Рома встал, чтобы убрать грязные тарелки. На мгновение перед ее лицом мелькнула его рука, увитая паутинками вен, ярко выраженными жилками. Крепкая, красивая, с длинными ровными пальцами. Эта рука забрала лежащие перед ней приборы таким обыденным жестом… так по-домашнему легко и заботливо… словно в этом нет ничего особенного, и данный ритуал проделывался каждый день. Элиза затаила дыхание, наблюдая, как он кладет всё в раковину.

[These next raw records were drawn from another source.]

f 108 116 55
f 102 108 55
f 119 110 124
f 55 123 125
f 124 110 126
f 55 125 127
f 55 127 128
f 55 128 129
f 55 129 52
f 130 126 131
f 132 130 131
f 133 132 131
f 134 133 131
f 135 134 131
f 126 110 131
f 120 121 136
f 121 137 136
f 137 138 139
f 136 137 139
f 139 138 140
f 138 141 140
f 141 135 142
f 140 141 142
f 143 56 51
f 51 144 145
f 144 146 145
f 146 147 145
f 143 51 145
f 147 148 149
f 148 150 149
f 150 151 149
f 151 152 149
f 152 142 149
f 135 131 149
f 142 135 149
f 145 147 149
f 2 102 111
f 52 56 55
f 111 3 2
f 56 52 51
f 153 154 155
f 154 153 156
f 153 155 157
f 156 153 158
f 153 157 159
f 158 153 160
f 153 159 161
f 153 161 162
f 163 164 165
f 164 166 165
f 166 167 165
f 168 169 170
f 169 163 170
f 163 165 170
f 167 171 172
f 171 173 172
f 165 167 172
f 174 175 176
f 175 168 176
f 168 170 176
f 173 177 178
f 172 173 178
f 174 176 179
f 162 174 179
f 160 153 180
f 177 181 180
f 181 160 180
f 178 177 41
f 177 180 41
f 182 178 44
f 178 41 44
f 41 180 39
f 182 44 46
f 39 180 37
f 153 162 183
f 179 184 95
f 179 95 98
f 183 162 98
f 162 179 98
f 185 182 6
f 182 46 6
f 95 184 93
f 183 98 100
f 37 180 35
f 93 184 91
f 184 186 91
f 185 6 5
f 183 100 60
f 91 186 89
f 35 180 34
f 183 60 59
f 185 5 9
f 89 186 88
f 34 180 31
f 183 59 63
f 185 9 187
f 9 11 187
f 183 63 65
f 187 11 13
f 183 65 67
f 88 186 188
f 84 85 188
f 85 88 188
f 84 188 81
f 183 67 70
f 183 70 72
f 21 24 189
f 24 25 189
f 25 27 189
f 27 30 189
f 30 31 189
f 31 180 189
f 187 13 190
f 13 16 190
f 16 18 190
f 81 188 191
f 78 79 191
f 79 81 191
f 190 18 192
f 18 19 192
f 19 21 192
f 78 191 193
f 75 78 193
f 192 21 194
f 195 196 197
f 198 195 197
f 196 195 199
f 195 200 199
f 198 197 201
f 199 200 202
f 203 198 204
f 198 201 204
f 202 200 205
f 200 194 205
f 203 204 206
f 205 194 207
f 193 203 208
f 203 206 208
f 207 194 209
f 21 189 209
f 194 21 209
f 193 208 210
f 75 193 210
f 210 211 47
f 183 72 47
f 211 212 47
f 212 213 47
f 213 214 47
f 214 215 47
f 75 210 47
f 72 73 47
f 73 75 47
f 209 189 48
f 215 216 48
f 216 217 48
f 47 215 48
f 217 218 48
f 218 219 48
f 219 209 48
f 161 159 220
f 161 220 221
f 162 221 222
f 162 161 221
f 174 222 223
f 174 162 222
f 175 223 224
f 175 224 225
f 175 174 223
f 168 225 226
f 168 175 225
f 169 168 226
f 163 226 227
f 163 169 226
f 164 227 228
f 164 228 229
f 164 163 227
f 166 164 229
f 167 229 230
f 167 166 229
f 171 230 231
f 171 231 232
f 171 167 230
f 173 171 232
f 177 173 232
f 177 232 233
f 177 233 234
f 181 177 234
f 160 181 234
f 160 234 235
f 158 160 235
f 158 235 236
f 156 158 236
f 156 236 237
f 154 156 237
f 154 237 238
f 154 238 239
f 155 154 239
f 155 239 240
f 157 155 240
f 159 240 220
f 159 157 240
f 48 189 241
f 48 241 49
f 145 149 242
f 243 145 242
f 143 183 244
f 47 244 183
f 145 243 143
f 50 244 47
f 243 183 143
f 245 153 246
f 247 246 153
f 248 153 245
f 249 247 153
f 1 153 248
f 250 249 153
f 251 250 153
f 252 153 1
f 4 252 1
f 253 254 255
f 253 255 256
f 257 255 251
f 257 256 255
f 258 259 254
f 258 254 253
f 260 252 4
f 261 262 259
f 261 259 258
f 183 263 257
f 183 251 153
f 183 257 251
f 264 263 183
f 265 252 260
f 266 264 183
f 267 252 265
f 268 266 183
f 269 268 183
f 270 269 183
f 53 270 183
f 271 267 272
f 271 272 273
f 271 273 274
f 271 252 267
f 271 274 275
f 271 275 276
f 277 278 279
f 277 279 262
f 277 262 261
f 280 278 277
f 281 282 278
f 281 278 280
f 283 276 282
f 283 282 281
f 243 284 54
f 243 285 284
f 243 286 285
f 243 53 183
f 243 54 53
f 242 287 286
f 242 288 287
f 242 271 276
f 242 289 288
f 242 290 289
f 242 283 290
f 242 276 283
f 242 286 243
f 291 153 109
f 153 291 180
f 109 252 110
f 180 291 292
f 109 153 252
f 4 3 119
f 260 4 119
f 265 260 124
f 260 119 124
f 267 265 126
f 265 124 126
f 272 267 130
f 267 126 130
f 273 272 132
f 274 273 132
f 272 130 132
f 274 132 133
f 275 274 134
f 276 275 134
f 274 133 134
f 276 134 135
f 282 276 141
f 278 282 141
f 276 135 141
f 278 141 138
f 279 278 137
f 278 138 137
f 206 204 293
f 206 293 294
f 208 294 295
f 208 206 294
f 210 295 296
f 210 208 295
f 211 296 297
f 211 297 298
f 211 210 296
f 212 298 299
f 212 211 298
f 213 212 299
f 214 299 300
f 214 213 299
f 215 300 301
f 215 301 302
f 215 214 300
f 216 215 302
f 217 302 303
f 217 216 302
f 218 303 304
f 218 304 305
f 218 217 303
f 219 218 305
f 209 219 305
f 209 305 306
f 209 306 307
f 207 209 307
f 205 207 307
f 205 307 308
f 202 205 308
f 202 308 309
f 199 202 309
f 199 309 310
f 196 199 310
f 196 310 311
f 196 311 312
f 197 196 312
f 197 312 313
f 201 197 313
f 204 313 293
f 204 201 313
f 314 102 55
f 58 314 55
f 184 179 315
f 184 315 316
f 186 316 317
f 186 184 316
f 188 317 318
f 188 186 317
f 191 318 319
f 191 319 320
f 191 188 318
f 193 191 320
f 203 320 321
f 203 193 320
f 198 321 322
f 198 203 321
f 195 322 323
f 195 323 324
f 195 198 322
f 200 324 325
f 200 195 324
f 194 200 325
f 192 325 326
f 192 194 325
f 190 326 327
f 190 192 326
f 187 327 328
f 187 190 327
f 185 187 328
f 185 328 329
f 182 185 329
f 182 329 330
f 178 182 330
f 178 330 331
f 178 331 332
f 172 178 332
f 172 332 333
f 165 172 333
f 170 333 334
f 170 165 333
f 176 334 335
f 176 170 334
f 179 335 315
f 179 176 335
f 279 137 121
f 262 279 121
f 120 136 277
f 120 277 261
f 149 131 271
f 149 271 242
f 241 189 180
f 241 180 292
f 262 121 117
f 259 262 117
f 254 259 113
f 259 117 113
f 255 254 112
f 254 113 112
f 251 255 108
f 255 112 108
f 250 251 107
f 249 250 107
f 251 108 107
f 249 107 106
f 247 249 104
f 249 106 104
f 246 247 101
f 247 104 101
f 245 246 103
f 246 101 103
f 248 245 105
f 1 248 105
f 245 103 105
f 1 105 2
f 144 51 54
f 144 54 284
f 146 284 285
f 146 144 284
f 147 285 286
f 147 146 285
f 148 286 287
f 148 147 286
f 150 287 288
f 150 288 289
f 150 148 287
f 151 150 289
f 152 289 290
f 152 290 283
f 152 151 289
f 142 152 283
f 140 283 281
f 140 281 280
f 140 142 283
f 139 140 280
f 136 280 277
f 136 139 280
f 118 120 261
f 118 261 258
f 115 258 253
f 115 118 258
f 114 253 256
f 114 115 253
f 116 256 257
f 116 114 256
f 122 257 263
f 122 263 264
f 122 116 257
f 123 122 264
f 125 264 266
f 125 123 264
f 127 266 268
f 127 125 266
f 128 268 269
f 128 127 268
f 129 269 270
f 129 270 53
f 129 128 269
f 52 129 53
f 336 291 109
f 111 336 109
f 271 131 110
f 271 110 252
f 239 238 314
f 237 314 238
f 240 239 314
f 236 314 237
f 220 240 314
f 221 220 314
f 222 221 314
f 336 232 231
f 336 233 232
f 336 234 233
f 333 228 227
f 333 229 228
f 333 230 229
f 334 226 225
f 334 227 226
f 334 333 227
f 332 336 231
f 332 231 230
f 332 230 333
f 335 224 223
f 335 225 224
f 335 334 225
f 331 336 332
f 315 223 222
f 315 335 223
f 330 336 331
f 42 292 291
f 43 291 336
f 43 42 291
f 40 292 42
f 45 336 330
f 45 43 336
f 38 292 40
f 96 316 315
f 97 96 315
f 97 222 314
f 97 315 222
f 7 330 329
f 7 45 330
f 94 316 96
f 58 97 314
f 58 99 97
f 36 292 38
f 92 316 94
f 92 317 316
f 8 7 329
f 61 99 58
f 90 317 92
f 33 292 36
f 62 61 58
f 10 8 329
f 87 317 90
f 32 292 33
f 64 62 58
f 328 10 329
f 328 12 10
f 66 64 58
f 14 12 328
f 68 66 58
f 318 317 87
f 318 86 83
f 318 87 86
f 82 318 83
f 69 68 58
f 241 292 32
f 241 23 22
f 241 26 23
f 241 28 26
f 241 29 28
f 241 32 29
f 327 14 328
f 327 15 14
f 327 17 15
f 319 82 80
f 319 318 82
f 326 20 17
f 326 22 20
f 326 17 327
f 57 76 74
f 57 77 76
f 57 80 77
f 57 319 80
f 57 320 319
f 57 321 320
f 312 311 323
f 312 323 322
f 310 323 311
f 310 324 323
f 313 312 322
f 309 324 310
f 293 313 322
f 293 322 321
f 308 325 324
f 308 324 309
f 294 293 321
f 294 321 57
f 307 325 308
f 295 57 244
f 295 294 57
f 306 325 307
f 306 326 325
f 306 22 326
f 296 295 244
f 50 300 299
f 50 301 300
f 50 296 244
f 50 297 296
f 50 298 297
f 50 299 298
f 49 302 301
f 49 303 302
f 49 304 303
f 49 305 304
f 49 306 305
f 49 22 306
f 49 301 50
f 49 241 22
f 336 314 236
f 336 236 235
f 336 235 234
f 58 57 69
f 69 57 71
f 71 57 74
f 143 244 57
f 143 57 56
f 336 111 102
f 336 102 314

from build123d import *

Видеть его в ипостаси простого смертного — что-то нереальное. Этот потрясающий мужчина так умело сочетает в себе столько всего…
Ну как его можно не любить?..
Девушка бесшумно поднялась. Обогнула стол. Приблизилась к нему со спины. Обняла за талию. Легла щекой на область между лопатками и блаженно выдохнула.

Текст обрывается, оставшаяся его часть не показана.